Dont know how many people have used Flourite and/or EcoComplete. 

I'm interested and would like to know/or rather hear from people who have used this for a while (1+ year(s)). And how its holding up in the long run, because some say its awful, while others that I have heard from say its good. (Again good not great). 
I have been using both for about 6 months now and its working fine, but I have been noticing plant growth isn't at "optimum level", they are growing and some plants are growing better than others, and I am noticing thick stem growth, and large bushy leafs but I do dose about once a month. Or maybe I might want to get better soil in the future....


----------



## Thirston (Mar 23, 2008)

Both of those products are great if used correctly.

Plants will grow just fine in either product, but to realize greater growth will require more fertilizing. Both the water and the substrate will need a boost.

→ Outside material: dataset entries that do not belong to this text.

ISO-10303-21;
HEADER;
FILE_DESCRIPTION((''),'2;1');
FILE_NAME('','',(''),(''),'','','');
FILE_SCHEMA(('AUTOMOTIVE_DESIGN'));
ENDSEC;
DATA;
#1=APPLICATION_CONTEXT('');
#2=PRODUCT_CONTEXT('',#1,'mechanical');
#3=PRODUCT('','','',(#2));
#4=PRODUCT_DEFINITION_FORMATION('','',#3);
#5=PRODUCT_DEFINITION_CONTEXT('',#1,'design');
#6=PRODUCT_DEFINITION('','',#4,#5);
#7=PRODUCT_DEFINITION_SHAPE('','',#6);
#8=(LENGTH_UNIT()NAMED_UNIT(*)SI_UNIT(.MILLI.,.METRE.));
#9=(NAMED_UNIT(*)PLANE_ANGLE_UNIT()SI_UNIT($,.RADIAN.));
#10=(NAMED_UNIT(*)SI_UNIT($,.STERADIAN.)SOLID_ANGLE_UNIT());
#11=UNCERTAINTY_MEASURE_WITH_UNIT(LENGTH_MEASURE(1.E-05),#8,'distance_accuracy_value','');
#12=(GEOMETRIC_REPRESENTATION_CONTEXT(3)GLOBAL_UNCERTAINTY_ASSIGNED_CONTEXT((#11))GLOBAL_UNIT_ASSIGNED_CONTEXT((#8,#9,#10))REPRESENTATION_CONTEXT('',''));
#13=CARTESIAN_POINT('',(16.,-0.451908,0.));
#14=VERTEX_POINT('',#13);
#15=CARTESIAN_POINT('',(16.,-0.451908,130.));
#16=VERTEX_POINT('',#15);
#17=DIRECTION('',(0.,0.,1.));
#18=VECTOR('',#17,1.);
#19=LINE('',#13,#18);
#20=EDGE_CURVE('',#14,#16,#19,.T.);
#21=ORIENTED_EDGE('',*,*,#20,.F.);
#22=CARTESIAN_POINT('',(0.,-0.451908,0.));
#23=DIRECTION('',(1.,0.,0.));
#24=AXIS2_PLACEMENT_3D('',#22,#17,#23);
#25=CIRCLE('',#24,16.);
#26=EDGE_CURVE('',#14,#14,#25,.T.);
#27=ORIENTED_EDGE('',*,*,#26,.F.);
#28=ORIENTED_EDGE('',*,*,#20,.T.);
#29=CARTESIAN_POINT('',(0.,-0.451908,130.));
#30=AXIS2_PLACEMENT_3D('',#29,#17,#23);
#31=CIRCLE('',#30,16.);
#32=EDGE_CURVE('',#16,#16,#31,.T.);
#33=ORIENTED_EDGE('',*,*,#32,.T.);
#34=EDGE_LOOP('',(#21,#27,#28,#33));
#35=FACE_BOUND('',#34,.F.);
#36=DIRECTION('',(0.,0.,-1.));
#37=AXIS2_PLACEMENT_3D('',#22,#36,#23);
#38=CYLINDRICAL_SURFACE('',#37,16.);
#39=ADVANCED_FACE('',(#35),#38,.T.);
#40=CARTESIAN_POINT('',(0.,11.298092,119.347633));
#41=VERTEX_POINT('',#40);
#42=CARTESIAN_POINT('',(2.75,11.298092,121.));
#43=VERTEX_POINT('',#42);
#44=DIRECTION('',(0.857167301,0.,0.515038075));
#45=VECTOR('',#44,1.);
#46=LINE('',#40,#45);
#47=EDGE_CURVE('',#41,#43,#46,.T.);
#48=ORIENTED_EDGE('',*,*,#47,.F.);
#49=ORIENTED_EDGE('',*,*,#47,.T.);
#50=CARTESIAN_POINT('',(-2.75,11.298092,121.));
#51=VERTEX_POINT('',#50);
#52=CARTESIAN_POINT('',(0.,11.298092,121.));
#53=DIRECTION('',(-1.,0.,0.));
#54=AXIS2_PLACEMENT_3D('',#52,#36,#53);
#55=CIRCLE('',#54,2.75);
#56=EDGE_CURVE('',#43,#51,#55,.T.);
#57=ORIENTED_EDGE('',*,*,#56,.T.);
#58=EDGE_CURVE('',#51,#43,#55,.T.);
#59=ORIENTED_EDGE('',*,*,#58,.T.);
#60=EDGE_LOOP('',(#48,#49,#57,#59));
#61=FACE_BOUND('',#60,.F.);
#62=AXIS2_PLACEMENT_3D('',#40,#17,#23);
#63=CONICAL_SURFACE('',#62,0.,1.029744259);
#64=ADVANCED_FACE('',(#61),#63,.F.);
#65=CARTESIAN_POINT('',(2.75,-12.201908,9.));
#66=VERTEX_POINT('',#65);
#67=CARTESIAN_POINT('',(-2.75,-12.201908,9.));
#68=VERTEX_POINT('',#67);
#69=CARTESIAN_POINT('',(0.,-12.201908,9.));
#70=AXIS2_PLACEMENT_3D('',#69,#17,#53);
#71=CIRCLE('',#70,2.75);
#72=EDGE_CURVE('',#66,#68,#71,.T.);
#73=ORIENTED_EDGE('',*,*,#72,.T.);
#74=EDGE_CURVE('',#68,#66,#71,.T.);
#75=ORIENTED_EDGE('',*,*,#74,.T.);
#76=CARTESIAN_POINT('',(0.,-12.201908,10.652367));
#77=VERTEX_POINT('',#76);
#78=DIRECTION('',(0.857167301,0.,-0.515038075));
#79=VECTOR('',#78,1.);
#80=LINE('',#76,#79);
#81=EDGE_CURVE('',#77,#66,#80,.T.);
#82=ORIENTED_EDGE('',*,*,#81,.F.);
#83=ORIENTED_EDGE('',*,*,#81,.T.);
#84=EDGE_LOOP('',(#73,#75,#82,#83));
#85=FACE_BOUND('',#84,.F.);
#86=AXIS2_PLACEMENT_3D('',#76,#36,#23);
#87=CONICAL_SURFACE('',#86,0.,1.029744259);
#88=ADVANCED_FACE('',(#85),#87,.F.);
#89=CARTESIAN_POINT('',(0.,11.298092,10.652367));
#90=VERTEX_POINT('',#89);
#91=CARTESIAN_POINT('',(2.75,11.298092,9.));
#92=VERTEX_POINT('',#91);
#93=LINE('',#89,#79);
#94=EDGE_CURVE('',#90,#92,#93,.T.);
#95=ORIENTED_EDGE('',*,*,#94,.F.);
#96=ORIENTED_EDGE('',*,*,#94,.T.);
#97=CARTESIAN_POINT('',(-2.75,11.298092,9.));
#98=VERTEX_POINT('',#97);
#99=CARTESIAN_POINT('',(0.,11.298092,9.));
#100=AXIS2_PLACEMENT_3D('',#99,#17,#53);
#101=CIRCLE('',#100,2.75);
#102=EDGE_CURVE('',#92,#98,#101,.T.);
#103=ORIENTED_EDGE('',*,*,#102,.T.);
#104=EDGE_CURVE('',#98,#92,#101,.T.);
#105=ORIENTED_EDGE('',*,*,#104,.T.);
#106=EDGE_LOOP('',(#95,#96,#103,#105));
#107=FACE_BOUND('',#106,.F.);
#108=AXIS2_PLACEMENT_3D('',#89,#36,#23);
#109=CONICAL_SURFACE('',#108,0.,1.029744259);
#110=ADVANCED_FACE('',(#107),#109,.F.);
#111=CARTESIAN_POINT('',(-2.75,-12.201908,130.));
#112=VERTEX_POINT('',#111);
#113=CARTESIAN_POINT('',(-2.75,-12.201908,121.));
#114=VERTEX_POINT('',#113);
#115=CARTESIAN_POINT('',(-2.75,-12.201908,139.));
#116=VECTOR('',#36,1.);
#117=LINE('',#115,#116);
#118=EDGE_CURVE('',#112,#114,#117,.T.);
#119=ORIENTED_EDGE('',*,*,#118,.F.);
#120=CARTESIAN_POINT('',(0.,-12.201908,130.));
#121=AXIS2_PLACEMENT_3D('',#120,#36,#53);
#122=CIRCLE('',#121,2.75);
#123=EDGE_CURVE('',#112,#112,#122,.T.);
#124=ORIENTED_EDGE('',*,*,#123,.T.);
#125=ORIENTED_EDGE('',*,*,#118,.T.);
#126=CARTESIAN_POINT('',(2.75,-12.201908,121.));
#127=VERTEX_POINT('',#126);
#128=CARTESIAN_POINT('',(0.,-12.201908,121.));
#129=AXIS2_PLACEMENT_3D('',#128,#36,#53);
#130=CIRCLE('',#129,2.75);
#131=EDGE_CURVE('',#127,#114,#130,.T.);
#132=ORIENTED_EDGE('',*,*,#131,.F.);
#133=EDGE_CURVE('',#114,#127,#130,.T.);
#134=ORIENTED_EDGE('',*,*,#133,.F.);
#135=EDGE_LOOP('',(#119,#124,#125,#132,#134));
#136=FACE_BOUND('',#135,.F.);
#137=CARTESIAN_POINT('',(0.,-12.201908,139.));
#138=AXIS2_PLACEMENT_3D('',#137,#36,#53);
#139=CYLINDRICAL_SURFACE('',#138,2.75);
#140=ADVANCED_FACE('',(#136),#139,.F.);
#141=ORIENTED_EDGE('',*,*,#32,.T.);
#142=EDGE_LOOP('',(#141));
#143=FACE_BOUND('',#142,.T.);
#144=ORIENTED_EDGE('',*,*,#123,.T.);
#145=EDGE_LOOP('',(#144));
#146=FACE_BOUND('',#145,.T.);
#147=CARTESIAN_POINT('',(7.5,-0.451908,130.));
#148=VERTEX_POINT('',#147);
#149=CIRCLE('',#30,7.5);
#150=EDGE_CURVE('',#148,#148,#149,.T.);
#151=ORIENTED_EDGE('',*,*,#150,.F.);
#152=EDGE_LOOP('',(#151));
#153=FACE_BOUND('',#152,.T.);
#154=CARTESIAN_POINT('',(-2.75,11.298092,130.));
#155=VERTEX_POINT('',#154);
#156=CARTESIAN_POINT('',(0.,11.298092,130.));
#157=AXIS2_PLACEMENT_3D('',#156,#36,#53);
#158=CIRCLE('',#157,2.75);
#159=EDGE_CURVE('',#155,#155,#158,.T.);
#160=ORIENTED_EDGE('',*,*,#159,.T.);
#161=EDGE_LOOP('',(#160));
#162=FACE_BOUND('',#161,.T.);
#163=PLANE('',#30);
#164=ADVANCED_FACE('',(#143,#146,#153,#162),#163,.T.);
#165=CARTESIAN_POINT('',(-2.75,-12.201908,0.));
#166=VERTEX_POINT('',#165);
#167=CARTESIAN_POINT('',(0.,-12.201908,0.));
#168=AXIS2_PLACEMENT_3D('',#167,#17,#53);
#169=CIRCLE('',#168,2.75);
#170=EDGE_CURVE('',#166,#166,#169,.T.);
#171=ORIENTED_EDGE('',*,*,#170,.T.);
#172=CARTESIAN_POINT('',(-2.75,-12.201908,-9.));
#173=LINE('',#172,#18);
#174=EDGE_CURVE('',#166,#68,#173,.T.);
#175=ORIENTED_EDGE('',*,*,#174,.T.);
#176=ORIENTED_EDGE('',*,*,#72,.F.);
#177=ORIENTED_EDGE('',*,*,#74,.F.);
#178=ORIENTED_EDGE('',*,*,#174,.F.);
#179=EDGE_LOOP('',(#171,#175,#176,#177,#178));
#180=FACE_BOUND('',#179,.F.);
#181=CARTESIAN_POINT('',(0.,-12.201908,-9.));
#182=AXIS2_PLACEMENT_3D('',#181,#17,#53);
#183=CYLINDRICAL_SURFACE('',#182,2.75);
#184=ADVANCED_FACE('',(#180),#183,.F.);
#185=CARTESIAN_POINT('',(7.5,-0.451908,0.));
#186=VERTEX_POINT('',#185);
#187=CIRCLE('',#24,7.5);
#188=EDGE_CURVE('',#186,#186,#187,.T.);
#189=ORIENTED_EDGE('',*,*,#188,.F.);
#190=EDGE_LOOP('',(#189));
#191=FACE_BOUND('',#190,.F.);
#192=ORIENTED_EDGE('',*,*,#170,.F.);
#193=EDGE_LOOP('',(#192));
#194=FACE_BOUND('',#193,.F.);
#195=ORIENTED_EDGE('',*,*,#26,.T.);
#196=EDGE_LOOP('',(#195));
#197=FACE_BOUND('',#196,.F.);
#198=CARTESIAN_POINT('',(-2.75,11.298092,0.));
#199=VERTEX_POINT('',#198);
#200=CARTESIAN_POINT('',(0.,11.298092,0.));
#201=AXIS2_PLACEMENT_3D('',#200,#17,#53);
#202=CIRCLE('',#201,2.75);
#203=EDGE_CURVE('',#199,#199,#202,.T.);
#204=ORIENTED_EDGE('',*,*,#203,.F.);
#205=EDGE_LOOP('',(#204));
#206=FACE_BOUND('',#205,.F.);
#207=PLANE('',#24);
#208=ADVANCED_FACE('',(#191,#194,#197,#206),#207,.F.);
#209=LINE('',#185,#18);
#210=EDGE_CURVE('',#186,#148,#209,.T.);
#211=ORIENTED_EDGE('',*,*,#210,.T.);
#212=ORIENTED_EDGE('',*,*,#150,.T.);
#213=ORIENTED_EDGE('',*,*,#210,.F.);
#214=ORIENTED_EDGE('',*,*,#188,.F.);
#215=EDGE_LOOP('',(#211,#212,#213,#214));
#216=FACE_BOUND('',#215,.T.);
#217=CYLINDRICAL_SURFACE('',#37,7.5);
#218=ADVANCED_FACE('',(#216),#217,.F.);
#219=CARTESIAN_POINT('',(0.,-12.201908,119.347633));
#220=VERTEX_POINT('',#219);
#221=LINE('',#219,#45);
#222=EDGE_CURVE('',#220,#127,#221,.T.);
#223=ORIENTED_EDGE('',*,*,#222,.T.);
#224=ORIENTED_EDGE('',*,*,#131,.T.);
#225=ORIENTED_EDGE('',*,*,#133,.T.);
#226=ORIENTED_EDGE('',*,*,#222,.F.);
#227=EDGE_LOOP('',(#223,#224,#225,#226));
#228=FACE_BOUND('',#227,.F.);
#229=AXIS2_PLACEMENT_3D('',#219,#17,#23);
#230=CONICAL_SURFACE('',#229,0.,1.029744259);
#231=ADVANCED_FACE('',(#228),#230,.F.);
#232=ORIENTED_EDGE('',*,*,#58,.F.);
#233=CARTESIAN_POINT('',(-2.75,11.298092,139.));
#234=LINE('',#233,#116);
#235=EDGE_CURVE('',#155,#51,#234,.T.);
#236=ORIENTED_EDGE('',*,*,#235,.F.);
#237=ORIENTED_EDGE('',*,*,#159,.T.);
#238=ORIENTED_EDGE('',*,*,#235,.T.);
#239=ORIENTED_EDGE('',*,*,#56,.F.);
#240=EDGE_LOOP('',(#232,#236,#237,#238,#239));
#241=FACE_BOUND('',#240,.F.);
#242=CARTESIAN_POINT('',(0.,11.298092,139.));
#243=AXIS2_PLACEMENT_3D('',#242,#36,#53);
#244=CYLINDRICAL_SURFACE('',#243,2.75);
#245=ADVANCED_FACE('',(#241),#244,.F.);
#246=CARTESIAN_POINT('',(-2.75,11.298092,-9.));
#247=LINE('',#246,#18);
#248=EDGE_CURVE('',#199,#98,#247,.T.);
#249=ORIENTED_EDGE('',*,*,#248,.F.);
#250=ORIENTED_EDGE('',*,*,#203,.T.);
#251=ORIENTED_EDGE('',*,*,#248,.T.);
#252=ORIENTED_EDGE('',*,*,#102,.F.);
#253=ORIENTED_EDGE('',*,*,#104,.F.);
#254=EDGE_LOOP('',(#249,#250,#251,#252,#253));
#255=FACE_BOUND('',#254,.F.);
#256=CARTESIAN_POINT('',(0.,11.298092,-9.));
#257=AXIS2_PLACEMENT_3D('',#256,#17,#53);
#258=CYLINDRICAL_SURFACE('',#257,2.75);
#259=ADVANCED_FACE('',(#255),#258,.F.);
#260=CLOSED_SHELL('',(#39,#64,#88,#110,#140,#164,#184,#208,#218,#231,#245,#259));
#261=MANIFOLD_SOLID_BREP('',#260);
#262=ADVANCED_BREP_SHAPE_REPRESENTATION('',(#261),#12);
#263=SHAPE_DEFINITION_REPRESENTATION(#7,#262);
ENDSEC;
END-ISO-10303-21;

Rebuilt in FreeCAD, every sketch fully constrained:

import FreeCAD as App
import Part
import Sketcher
from FreeCAD import Vector

doc = App.newDocument("Part")
body = doc.addObject("PartDesign::Body", "Body")

# Sketch on XY plane
sketch1 = body.newObject("Sketcher::SketchObject", "Sketch")
sketch1.AttachmentSupport = (doc.getObject("XY_Plane"), [""])
sketch1.MapMode = "FlatFace"
sketch1.addGeometry([
    Part.Circle(Vector(0, -0.451908, 0), Vector(0, 0, 1), 16),
    Part.Circle(Vector(0, -0.451908, 0), Vector(0, 0, 1), 7.5),
], False)
sketch1.addConstraint([
    Sketcher.Constraint("Coincident", 1, 3, 0, 3),
    Sketcher.Constraint("PointOnObject", 0, 3, -2),
    Sketcher.Constraint("Diameter", 0, 32.0),
    Sketcher.Constraint("Diameter", 1, 15.0),
    Sketcher.Constraint("DistanceY", 0, 3, -1, 1, 0.451908),
])
pad1 = body.newObject("PartDesign::Pad", "Pad")
pad1.Profile = sketch1
pad1.Length = 130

You mentioned dosing something once a month, but to get even better results you will want to start dosing at least weekly if not daily. You'll find that the elements you're adding to the water once a month are probably depleted within a weeks time if not less. Try adding more fertilizer more frequently. Instead of adding 100 units once a month try adding 30 units 4 times a month.

You said it all in your post. It works "fine" but plant growth isn't at "optimum level". In order to make the substrate "great" and get "extraordinary" results you'll need to fertilize more frequently and consider adding CO2 as well as possibly adding more light. A decent substrate is only a fraction of a great tank. And you can even get "great" results from a cruddy substrate by adding root tabs, water column ferts, and CO2.


----------



## niko (Jan 28, 2004)

Both of those products amount to inert gravel. Eco being a little better because it's more porous.

Fluorite holds together just fine for 10 years. It will not fall apart. And it will not do anything that an inert gravel can't do to help your plants grow.

What you see in plant growth is not due to any magic characteristic of these 2 substrates. Any substrate becomes "live" at some point - even if you use finely crushed glass. Proper flow of water through the substrate, temperature, and gas/food exchange between waste/microorganisms/plant roots is what makes a substrate better or worst. 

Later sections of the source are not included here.